• U.S.

Nation: Here’s to Harold

2 minute read

They were hoisting a glass on the New Frontier last week to Louisiana’s Representative Harold McSween, a Democrat with a strong aversion for the Administration’s controversial farm bill. For when the important vote came in the House Agriculture Committee, McSween said aye to the bill—and that was just enough to itch it through, 18-17.

For weeks, Committee Chairman Harold Cooley of North Carolina had been anxiously waiting for McSween, or one of three other Southern Democrats opposed to the bill, to change his mind and join the 17 Democrats who were for passage. All four were pressured by Agriculture Secretary Orville Freeman, and all four were exhorted to stand firm by the bill’s bitter enemy, the American Farm Bureau Federation. Four times, Cooley hopefully convened the committee for a vote. Four times, when he saw that he did not have the necessary 18 ayes, Cooley gaveled the committee into adjournment while Republicans taunted, “Vote, let’s vote.”
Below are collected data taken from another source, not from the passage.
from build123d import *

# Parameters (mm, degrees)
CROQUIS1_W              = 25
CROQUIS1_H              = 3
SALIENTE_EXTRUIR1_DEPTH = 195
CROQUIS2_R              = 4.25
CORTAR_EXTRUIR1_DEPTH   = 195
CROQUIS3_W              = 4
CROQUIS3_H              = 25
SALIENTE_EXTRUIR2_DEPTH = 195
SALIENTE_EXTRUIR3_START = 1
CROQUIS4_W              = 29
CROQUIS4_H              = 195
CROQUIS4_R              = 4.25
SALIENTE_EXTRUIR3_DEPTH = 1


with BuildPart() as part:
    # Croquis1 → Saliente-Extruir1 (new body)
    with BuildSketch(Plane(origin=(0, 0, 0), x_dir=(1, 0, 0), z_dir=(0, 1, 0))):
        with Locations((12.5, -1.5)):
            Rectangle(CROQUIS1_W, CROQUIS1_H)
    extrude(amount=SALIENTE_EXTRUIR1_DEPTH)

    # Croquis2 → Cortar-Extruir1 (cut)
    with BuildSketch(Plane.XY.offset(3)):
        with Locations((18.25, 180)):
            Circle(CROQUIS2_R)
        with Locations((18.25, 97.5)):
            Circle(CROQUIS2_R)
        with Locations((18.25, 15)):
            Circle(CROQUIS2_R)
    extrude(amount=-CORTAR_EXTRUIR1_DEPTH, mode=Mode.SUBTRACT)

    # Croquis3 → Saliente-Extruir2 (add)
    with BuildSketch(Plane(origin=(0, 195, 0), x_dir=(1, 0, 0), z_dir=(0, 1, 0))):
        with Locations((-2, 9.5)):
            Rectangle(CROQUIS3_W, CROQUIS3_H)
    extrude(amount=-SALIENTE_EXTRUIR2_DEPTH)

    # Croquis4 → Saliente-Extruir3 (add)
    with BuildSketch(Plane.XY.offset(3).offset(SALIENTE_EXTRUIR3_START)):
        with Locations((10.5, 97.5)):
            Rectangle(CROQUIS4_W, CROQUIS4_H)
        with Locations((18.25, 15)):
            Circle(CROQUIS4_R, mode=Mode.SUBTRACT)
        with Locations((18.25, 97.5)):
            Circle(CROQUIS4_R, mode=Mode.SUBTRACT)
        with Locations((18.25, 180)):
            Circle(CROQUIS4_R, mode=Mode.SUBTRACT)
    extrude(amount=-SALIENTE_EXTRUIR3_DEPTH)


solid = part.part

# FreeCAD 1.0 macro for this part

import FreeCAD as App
import Part
import Sketcher
Q = App.Units.Quantity


def add_polygon(sketch, points):
    """Adds a closed chain of lines whose ends are joined by coincident constraints."""
    first, n = sketch.GeometryCount, len(points)
    for a, b in zip(points, points[1:] + points[:1]):
        sketch.addGeometry(Part.LineSegment(App.Vector(*a, 0), App.Vector(*b, 0)), False)
    for i in range(n):
        sketch.addConstraint(Sketcher.Constraint("Coincident", first + i, 2, first + (i + 1) % n, 1))

doc = App.newDocument("Part")
body = doc.addObject("PartDesign::Body", "Body")

# Sketch on XZ plane
sketch1 = body.newObject("Sketcher::SketchObject", "Sketch")
sketch1.AttachmentSupport = (doc.getObject("XZ_Plane"), [""])
sketch1.MapMode = "FlatFace"
add_polygon(sketch1, [(0, 0), (0, 3), (25, 3), (25, 0)])  # lines 0-3
sketch1.addConstraint([
    Sketcher.Constraint("Vertical", 0),
    Sketcher.Constraint("Horizontal", 1),
    Sketcher.Constraint("Vertical", 2),
    Sketcher.Constraint("Horizontal", 3),
    Sketcher.Constraint("Coincident", 3, 2, -1, 1),
    Sketcher.Constraint("DistanceX", 1, 1, 1, 2, Q("25 mm")),
    Sketcher.Constraint("DistanceY", 0, 1, 0, 2, Q("3 mm")),
])
pad1 = body.newObject("PartDesign::Pad", "Pad")
pad1.Profile = sketch1
pad1.Length = 195
pad1.Reversed = True

# Sketch on XY plane
sketch2 = body.newObject("Sketcher::SketchObject", "Sketch001")
sketch2.AttachmentSupport = (doc.getObject("XY_Plane"), [""])
sketch2.MapMode = "FlatFace"
sketch2.AttachmentOffset = App.Placement(App.Vector(0, 0, 3), App.Rotation())
sketch2.addGeometry([
    Part.Circle(App.Vector(18.2, 180, 0), App.Vector(0, 0, 1), 4.2),
    Part.Circle(App.Vector(18.2, 97.5, 0), App.Vector(0, 0, 1), 4.2),
    Part.Circle(App.Vector(18.2, 15, 0), App.Vector(0, 0, 1), 4.2),
], False)
sketch2.addConstraint([
    Sketcher.Constraint("Equal", 0, 1),
    Sketcher.Constraint("Equal", 1, 2),
    Sketcher.Constraint("Vertical", 0, 3, 1, 3),
    Sketcher.Constraint("Vertical", 1, 3, 2, 3),
    Sketcher.Constraint("Diameter", 0, Q("8.5 mm")),
    Sketcher.Constraint("DistanceY", -1, 1, 0, 3, Q("180 mm")),
    Sketcher.Constraint("DistanceY", -1, 1, 2, 3, Q("15 mm")),
    Sketcher.Constraint("DistanceY", -1, 1, 1, 3, Q("97.5 mm")),
    Sketcher.Constraint("DistanceX", -1, 1, 0, 3, Q("18.25 mm")),
])
pocket1 = body.newObject("PartDesign::Pocket", "Pocket")
pocket1.Profile = sketch2
pocket1.Length = 195

# Sketch on XZ plane
sketch3 = body.newObject("Sketcher::SketchObject", "Sketch002")
sketch3.AttachmentSupport = (doc.getObject("XZ_Plane"), [""])
sketch3.MapMode = "FlatFace"
sketch3.AttachmentOffset = App.Placement(App.Vector(0, 0, -195), App.Rotation())
add_polygon(sketch3, [(-4, -22), (-4, 3), (0, 3), (0, -22)])  # lines 0-3
sketch3.addConstraint([
    Sketcher.Constraint("Vertical", 0),
    Sketcher.Constraint("Horizontal", 1),
    Sketcher.Constraint("Vertical", 2),
    Sketcher.Constraint("Horizontal", 3),
    Sketcher.Constraint("PointOnObject", 1, 2, -2),
    Sketcher.Constraint("DistanceX", 1, 1, 1, 2, Q("4 mm")),
    Sketcher.Constraint("DistanceY", 0, 1, 0, 2, Q("25 mm")),
    Sketcher.Constraint("DistanceY", -1, 1, 0, 2, Q("3 mm")),
])
pad2 = body.newObject("PartDesign::Pad", "Pad001")
pad2.Profile = sketch3
pad2.Length = 195

# Sketch on XY plane
sketch4 = body.newObject("Sketcher::SketchObject", "Sketch003")
sketch4.AttachmentSupport = (doc.getObject("XY_Plane"), [""])
sketch4.MapMode = "FlatFace"
sketch4.AttachmentOffset = App.Placement(App.Vector(0, 0, 4), App.Rotation())
add_polygon(sketch4, [(-4, 195), (-4, 0), (25, 0), (25, 195)])  # lines 0-3
sketch4.addGeometry(Part.Circle(App.Vector(18.2, 15, 0), App.Vector(0, 0, 1), 4.2), False)  # 4
sketch4.addGeometry(Part.Circle(App.Vector(18.2, 97.5, 0), App.Vector(0, 0, 1), 4.2), False)  # 5
sketch4.addGeometry(Part.Circle(App.Vector(18.2, 180, 0), App.Vector(0, 0, 1), 4.2), False)  # 6
sketch4.addConstraint([
    Sketcher.Constraint("Vertical", 0),
    Sketcher.Constraint("Horizontal", 1),
    Sketcher.Constraint("Vertical", 2),
    Sketcher.Constraint("Horizontal", 3),
    Sketcher.Constraint("Equal", 4, 5),
    Sketcher.Constraint("Equal", 5, 6),
    Sketcher.Constraint("PointOnObject", 0, 2, -1),
    Sketcher.Constraint("Vertical", 4, 3, 5, 3),
    Sketcher.Constraint("Vertical", 5, 3, 6, 3),
    Sketcher.Constraint("Diameter", 4, Q("8.5 mm")),
    Sketcher.Constraint("DistanceX", 1, 1, 1, 2, Q("29 mm")),
    Sketcher.Constraint("DistanceY", 0, 2, 0, 1, Q("195 mm")),
    Sketcher.Constraint("DistanceY", -1, 1, 4, 3, Q("15 mm")),
    Sketcher.Constraint("DistanceY", -1, 1, 6, 3, Q("180 mm")),
    Sketcher.Constraint("DistanceX", 0, 2, -1, 1, Q("4 mm")),
    Sketcher.Constraint("DistanceY", -1, 1, 5, 3, Q("97.5 mm")),
    Sketcher.Constraint("DistanceX", -1, 1, 4, 3, Q("18.25 mm")),
])
pad3 = body.newObject("PartDesign::Pad", "Pad002")
pad3.Profile = sketch4
pad3.Length = 1
pad3.Reversed = True

doc.recompute()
After McSween came through on the fifth try last week, he was quick to explain that he really was still opposed to the bill; he merely wanted to get it out of committee so that the whole House could vote on it. McSween also insisted that his vote had nothing to do with the fact that President Kennedy had taken him along on a flight to New Orleans the previous week—after all, the seven other Congressmen and two Senators from Louisiana had gone along. Nor, said McSween, did his visit to the White House the previous day have anything to do with his vote; he and the President had merely talked about sugar quotas.
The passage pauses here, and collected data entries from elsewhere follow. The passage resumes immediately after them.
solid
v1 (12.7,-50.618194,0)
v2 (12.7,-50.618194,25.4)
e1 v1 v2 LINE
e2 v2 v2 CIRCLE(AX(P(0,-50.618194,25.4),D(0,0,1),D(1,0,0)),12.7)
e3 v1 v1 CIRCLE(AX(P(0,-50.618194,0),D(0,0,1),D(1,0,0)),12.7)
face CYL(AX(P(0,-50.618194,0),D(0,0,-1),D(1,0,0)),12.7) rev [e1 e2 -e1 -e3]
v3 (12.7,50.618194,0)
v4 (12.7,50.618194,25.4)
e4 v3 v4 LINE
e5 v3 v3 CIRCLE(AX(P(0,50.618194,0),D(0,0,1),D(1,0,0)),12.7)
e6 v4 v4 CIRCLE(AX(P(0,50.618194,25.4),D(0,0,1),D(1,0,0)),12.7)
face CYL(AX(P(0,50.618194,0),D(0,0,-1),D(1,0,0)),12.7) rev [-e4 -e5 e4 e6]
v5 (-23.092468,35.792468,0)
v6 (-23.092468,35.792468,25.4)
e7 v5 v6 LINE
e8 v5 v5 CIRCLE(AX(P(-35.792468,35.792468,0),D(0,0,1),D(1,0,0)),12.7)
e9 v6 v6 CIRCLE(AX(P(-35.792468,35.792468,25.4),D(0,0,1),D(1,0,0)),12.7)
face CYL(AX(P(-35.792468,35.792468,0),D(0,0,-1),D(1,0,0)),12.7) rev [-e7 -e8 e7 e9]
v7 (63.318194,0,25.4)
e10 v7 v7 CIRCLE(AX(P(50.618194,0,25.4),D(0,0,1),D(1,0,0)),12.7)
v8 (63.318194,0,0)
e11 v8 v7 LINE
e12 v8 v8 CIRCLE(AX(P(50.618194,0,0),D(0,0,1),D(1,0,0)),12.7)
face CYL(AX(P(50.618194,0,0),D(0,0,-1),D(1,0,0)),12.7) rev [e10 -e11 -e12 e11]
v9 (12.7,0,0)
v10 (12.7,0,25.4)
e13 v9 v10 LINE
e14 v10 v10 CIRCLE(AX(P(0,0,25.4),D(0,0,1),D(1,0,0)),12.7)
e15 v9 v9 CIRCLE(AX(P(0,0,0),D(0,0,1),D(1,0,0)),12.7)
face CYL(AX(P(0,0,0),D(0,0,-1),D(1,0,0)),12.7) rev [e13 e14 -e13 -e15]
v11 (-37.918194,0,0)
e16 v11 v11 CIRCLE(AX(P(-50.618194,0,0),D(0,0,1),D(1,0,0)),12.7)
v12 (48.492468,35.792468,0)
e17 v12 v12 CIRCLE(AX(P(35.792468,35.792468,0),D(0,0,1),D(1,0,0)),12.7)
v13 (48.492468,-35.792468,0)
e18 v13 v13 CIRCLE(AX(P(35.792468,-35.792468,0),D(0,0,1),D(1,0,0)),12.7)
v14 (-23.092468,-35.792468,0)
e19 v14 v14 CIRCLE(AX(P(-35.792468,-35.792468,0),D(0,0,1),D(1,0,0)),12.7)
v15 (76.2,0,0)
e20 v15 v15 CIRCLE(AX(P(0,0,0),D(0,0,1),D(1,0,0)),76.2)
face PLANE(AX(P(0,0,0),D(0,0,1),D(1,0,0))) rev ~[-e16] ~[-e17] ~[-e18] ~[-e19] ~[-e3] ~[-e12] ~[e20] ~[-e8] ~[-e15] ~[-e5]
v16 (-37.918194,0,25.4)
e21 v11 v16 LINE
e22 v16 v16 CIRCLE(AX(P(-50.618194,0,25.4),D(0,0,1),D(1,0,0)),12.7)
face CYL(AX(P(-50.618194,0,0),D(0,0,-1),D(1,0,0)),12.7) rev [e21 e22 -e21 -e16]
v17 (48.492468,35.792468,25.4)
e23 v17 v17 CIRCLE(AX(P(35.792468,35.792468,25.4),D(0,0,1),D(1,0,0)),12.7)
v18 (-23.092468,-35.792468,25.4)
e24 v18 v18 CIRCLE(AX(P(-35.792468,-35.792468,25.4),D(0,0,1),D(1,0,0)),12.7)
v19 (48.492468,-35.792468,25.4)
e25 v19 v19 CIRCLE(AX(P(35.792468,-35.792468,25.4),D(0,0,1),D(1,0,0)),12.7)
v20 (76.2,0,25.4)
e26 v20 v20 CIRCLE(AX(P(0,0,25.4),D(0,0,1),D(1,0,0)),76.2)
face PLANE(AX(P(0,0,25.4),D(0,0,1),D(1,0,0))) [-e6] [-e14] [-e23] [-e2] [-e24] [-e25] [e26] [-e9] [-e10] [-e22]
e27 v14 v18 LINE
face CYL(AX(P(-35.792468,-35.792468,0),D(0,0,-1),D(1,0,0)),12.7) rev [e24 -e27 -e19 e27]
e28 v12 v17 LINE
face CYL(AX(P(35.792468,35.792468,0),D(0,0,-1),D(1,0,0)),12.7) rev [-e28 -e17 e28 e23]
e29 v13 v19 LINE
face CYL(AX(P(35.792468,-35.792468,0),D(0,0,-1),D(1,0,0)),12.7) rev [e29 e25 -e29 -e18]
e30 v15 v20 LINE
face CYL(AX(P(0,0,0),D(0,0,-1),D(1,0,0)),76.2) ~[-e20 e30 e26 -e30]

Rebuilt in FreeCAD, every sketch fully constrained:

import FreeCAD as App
import Part
import Sketcher

V = App.Vector
Q = App.Units.Quantity

doc = App.newDocument("Part")
params = doc.addObject("Spreadsheet::Sheet", "Params")
for row, (alias, value) in enumerate([
    ("sketch1_diameter", "6 in"),
    ("sketch1_diameter2", "1 in"),
    ("pad1_length", "1 in"),
], start=1):
    params.set(f"A{row}", alias)
    params.set(f"B{row}", "=" + value)
    params.setAlias(f"B{row}", alias)

body = doc.addObject("PartDesign::Body", "Body")

# Sketch on XY plane
sketch1 = doc.addObject("Sketcher::SketchObject", "Sketch")
body.addObject(sketch1)
sketch1.AttachmentSupport = (doc.XY_Plane, [""])
sketch1.MapMode = "FlatFace"
sketch1.addGeometry([
    Part.Circle(V(0, 0, 0), V(0, 0, 1), 76),  # 0
    Part.Circle(V(-36, -36, 0), V(0, 0, 1), 13),  # 1
    Part.Circle(V(0, -51, 0), V(0, 0, 1), 13),  # 2
    Part.Circle(V(36, -36, 0), V(0, 0, 1), 13),  # 3
    Part.Circle(V(-51, 0, 0), V(0, 0, 1), 13),  # 4
    Part.Circle(V(-36, 36, 0), V(0, 0, 1), 13),  # 5
    Part.Circle(V(0, 0, 0), V(0, 0, 1), 13),  # 6
    Part.Circle(V(51, 0, 0), V(0, 0, 1), 13),  # 7
    Part.Circle(V(0, 51, 0), V(0, 0, 1), 13),  # 8
    Part.Circle(V(36, 36, 0), V(0, 0, 1), 13),  # 9
], False)
sketch1.addConstraint([
    Sketcher.Constraint("Coincident", 0, 3, -1, 1),
    Sketcher.Constraint("Coincident", 6, 3, -1, 1),
    Sketcher.Constraint("Equal", 1, 2),
    Sketcher.Constraint("Equal", 2, 3),
    Sketcher.Constraint("Equal", 3, 4),
    Sketcher.Constraint("Equal", 4, 5),
    Sketcher.Constraint("Equal", 5, 6),
    Sketcher.Constraint("Equal", 6, 7),
    Sketcher.Constraint("Equal", 7, 8),
    Sketcher.Constraint("Equal", 8, 9),
    Sketcher.Constraint("Symmetric", 3, 3, 5, 3, -1, 1),
    Sketcher.Constraint("Symmetric", 4, 3, 7, 3, -1, 1),
    Sketcher.Constraint("Symmetric", 2, 3, 8, 3, -1, 1),
    Sketcher.Constraint("Symmetric", 1, 3, 9, 3, -1, 1),
    Sketcher.Constraint("Symmetric", 1, 3, 3, 3, -2),
    Sketcher.Constraint("PointOnObject", 2, 3, -2),
    Sketcher.Constraint("PointOnObject", 4, 3, -1),
    Sketcher.Constraint("Diameter", 0, Q("6 in")),
    Sketcher.Constraint("Diameter", 1, Q("1 in")),
    Sketcher.Constraint("DistanceX", 1, 3, -1, 1, 35.792468),
    Sketcher.Constraint("DistanceY", 1, 3, -1, 1, 35.792468),
    Sketcher.Constraint("DistanceY", 2, 3, -1, 1, 50.618194),
    Sketcher.Constraint("DistanceX", 4, 3, -1, 1, 50.618194),
])
sketch1.setExpression("Constraints[17]", "Params.sketch1_diameter")
sketch1.setExpression("Constraints[18]", "Params.sketch1_diameter2")
pad1 = doc.addObject("PartDesign::Pad", "Pad")
body.addObject(pad1)
pad1.Profile = sketch1
pad1.setExpression("Length", "Params.pad1_length")

doc.recompute()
Whatever McSween’s reasons, by casting his one vote he had given a considerable boost to the Administration’s hopes for its farm program, which would clamp such tight production controls on many farmers that they would be little more than the Government’s hired hands. House Democrats now think they have enough votes to pass the bill intact. Over on the Senate side, the Agriculture Committee butchered the bill, but Majority Leader Mike Mansfield believes that the Democrats can restore most of the controls before final passage. Because of McSween’s vote, said a grateful Secretary Freeman, the farm bill had cleared what “perhaps was its most difficult hurdle.”